# Footing Rebar



## AlphaPilot (Aug 6, 2012)

Frost level is 30" or so here, I am planning a footing for a hollow concrete block retaining wall, was going to do 36" deep, Teeing out the top with a 16" wide top maybe 8" thick. Should I place lateral(vertical) rebar in the trench for added stability or just have horizontal rebar on the top 8" thick 16" wide base, with vertical rebar sticking up for my hollow concrete blocks to obtain extra stability? I don't seem to see anything in our 2005 IIRC discussing this.


----------



## Msradell (Sep 1, 2011)

I would definitely install vertical rebar, probably on 16"centers and then grout those cells full of concrete. Don't just stick rebar into the footer for the verticals, use "L" shaped pieces and tie them (with wire) onto the horizontals in the footing.


----------



## AlphaPilot (Aug 6, 2012)

@Msradell

What's the best method to suspend the horizontal rebar in the footing before pour?

Also, I understand the idea with the vertical L rebar having that L makes it so the rebar is much more stable...but what is a good way to float the top of my footing with the verticals every 16"? I picture forming the 16" wide footing top with 2x8, then using a scrap 2x4 to float across the top, sawing back and forth, but hitting those verticals and trying to get everything perfectly smooth/level for my first course of blocks....


----------



## Daniel Holzman (Mar 10, 2009)

The design of your footer depends on the design of the retaining wall. How tall is the wall? What is the height of soil you are retaining? Is the soil dry, moist, or potentially saturated? Do you plan to install drainage in the retaining wall?

You may want to consider a segmental concrete block retaining wall. If the soil is adequately strong, you may not need any footer at all, which may make the segmental wall less expensive and faster to install than a concrete block wall.
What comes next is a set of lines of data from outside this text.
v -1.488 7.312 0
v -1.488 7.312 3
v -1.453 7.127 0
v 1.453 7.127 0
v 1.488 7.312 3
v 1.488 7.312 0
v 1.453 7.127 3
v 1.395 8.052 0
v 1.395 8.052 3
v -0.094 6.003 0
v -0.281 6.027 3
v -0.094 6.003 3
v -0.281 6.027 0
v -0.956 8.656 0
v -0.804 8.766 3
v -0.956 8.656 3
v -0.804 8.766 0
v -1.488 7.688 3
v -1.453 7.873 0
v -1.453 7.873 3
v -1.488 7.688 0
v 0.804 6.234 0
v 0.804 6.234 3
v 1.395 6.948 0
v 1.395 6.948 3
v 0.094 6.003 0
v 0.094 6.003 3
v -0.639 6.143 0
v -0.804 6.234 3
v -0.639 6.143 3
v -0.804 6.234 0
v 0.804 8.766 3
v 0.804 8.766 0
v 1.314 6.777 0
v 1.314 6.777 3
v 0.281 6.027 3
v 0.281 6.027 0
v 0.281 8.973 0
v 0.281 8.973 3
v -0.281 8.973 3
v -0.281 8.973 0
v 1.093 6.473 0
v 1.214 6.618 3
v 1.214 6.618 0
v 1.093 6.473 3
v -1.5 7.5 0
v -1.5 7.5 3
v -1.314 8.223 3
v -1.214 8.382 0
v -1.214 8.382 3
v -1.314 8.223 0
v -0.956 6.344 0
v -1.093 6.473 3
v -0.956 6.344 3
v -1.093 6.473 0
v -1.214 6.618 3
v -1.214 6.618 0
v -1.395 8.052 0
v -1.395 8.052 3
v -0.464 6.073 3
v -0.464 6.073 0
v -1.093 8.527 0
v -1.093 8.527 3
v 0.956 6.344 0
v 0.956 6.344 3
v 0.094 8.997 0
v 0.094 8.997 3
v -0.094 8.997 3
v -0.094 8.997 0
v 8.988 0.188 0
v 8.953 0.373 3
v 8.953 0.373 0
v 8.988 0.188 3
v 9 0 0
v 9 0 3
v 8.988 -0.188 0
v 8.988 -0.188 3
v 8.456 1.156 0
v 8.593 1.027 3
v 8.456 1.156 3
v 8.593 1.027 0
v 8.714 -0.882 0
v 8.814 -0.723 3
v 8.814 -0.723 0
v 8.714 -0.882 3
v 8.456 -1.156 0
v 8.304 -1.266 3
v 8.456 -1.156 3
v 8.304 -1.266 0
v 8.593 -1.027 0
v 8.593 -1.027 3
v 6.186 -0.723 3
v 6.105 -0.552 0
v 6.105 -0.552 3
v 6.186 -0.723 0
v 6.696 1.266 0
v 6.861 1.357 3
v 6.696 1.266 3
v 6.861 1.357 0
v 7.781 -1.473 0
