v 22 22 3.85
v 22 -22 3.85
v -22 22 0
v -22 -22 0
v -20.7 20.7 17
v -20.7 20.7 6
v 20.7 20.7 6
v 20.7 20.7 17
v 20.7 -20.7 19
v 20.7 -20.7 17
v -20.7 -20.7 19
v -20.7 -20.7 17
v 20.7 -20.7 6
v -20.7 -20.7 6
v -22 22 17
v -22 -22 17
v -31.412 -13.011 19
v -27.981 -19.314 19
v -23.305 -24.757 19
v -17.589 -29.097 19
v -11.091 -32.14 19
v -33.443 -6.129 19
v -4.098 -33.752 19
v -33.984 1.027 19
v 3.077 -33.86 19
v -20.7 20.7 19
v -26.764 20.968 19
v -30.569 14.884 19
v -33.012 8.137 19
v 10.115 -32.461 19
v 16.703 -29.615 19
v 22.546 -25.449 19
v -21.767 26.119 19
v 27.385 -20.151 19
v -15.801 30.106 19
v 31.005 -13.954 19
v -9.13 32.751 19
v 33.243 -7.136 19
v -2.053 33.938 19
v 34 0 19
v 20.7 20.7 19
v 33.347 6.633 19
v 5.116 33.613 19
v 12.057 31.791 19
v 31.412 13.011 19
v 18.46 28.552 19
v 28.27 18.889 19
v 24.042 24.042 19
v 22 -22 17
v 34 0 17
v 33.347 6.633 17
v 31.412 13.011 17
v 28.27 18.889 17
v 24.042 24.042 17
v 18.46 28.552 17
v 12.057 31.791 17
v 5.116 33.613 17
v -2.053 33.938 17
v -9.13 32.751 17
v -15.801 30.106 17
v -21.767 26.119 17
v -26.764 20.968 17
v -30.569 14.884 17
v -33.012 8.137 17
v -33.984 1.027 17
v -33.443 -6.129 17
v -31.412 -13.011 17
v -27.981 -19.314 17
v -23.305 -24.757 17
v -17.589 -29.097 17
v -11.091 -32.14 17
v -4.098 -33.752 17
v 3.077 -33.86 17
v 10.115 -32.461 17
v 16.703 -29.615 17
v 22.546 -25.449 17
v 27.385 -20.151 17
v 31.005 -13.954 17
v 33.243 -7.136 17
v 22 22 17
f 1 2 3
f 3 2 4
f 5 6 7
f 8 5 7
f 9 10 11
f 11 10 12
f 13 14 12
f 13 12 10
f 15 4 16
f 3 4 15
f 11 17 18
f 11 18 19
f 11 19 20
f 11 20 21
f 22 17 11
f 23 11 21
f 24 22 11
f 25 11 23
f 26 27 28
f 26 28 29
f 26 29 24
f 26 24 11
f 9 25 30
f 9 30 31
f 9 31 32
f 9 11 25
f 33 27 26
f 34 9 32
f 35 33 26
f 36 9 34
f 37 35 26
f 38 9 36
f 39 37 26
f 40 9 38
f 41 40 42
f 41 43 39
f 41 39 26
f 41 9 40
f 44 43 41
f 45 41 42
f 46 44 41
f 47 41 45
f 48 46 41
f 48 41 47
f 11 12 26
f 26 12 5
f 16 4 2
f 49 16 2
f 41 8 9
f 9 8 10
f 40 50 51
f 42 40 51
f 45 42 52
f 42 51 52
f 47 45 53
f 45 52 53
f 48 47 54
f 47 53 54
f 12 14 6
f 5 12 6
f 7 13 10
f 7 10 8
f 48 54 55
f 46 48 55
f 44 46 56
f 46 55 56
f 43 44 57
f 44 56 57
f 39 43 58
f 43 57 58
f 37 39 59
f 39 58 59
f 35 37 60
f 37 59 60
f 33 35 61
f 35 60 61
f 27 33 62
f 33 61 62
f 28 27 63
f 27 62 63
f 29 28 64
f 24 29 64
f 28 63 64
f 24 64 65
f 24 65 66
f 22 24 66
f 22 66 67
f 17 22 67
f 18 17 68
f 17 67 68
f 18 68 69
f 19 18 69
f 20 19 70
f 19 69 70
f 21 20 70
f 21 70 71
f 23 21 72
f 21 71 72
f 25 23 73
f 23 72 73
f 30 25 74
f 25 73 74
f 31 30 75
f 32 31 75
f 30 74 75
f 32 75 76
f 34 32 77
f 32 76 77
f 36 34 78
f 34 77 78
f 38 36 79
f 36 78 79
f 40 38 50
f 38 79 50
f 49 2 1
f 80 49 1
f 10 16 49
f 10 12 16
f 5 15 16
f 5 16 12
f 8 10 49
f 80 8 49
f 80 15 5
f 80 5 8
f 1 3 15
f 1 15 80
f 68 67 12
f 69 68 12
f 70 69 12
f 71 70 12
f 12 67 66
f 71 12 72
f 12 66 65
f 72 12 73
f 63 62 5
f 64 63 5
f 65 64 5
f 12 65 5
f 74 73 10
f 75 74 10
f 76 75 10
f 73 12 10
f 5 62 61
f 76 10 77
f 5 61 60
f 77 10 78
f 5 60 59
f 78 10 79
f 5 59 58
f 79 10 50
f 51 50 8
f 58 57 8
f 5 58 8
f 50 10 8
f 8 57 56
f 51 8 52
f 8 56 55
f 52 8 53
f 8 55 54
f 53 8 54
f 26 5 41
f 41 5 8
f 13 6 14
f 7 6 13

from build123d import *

# Parameters (mm, degrees)
F0_W     = 44
F0_H     = 44
F0_R     = 1.5
F1_DEPTH = 6
F2_W     = 44
F2_H     = 44
F2_W_2   = 41.4
F2_H_2   = 41.4
F3_DEPTH = 11
F4_W     = 44
F4_H     = 44
F5_DEPTH = 2
F7_DEPTH = 56.001


# Not quite as in the source:
# - the program builds the solid bodies; features that only make, move or delete a surface that nothing else refers to are left out


with BuildPart() as f1:
    # F0 (on Top) → F1 (new body)
    with BuildSketch(Plane.XY):
        Rectangle(F0_W, F0_H)
        with Locations((0, -17.25)):
            Circle(F0_R, mode=Mode.SUBTRACT)
        with Locations((-17.25, 0)):
            Circle(F0_R, mode=Mode.SUBTRACT)
        with Locations((17.25, 0)):
            Circle(F0_R, mode=Mode.SUBTRACT)
        with Locations((0, 17.25)):
            Circle(F0_R, mode=Mode.SUBTRACT)
        with Locations((0, -17.25)):
            Circle(F0_R)
        with Locations((-17.25, 0)):
            Circle(F0_R)
        with Locations((17.25, 0)):
            Circle(F0_R)
        with Locations((0, 17.25)):
            Circle(F0_R)
    extrude(amount=F1_DEPTH)

    # F2 (on face) → F3 (join)
    with BuildSketch(Plane.XY.offset(6)):
        Rectangle(F2_W, F2_H)
        Rectangle(F2_W_2, F2_H_2, mode=Mode.SUBTRACT)
    extrude(amount=F3_DEPTH)

    # F6 (on face) → F7 (cut, through all)
    with BuildSketch(Plane.XZ.offset(22)):
        Polygon((-22, 0), (22, 0), (22, 3.8495011951), align=None)
    extrude(amount=-F7_DEPTH, mode=Mode.SUBTRACT)


with BuildPart() as f5:
    # F4 (on face) → F5 (new body)
    with BuildSketch(Plane.XY.offset(17)):
        with BuildLine():
            ThreePointArc((34, 0), (31.4119041054, 13.0112367004), (24.0416305603, 24.0416305603))
            ThreePointArc((24.0416305603, 24.0416305603), (-31.4119041054, -13.0112367004), (34, 0))
        make_face()
        Rectangle(F4_W, F4_H, mode=Mode.SUBTRACT)
        Polygon((22, 22), (-22, 22), (-20.7, 20.7), (20.7, 20.7), align=None)
        Polygon((22, -22), (22, 22), (20.7, 20.7), (20.7, -20.7), align=None)
        Polygon((-20.7, 20.7), (-22, 22), (-22, -22), (-20.7, -20.7), align=None)
        Polygon((-20.7, -20.7), (-22, -22), (22, -22), (20.7, -20.7), align=None)
    extrude(amount=F5_DEPTH)


solid = Compound([f1.part, f5.part])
A retaining wall needs to be designed as a total system, it is not possible to discuss the footer design without understanding the rest of the wall.


----------



## ddawg16 (Aug 15, 2011)

I agree with DH.

The way it is done here.....dig trench....nothing wrong with 36"....

Lay down at least 2-4 #4 rebars......one set about 2" from the bottom...second set up about 12"..

Install vert rebar consistent with the block spacing.

Pour concrete to about 16" thick.

Let dry.....

Now do your cinder block wall

The vert rebar goes up inside the blocks....about every 3 rows you run a horz rebar. (they make blocks with the hole for the rebar.

When it's all done...pour concrete down the holes of the block where the vert rebar is

Cap


----------



## AlphaPilot (Aug 6, 2012)

The wall will be roughly 25' long. The first 10' from the house will be maybe 8' tall, after that 10' I will begin stepping the wall down, with the farthest point out being 3' tall or so. Being cinder blocks, this will look kind of choppy, but represent something like a staircase for looks as I take each course lower and lower.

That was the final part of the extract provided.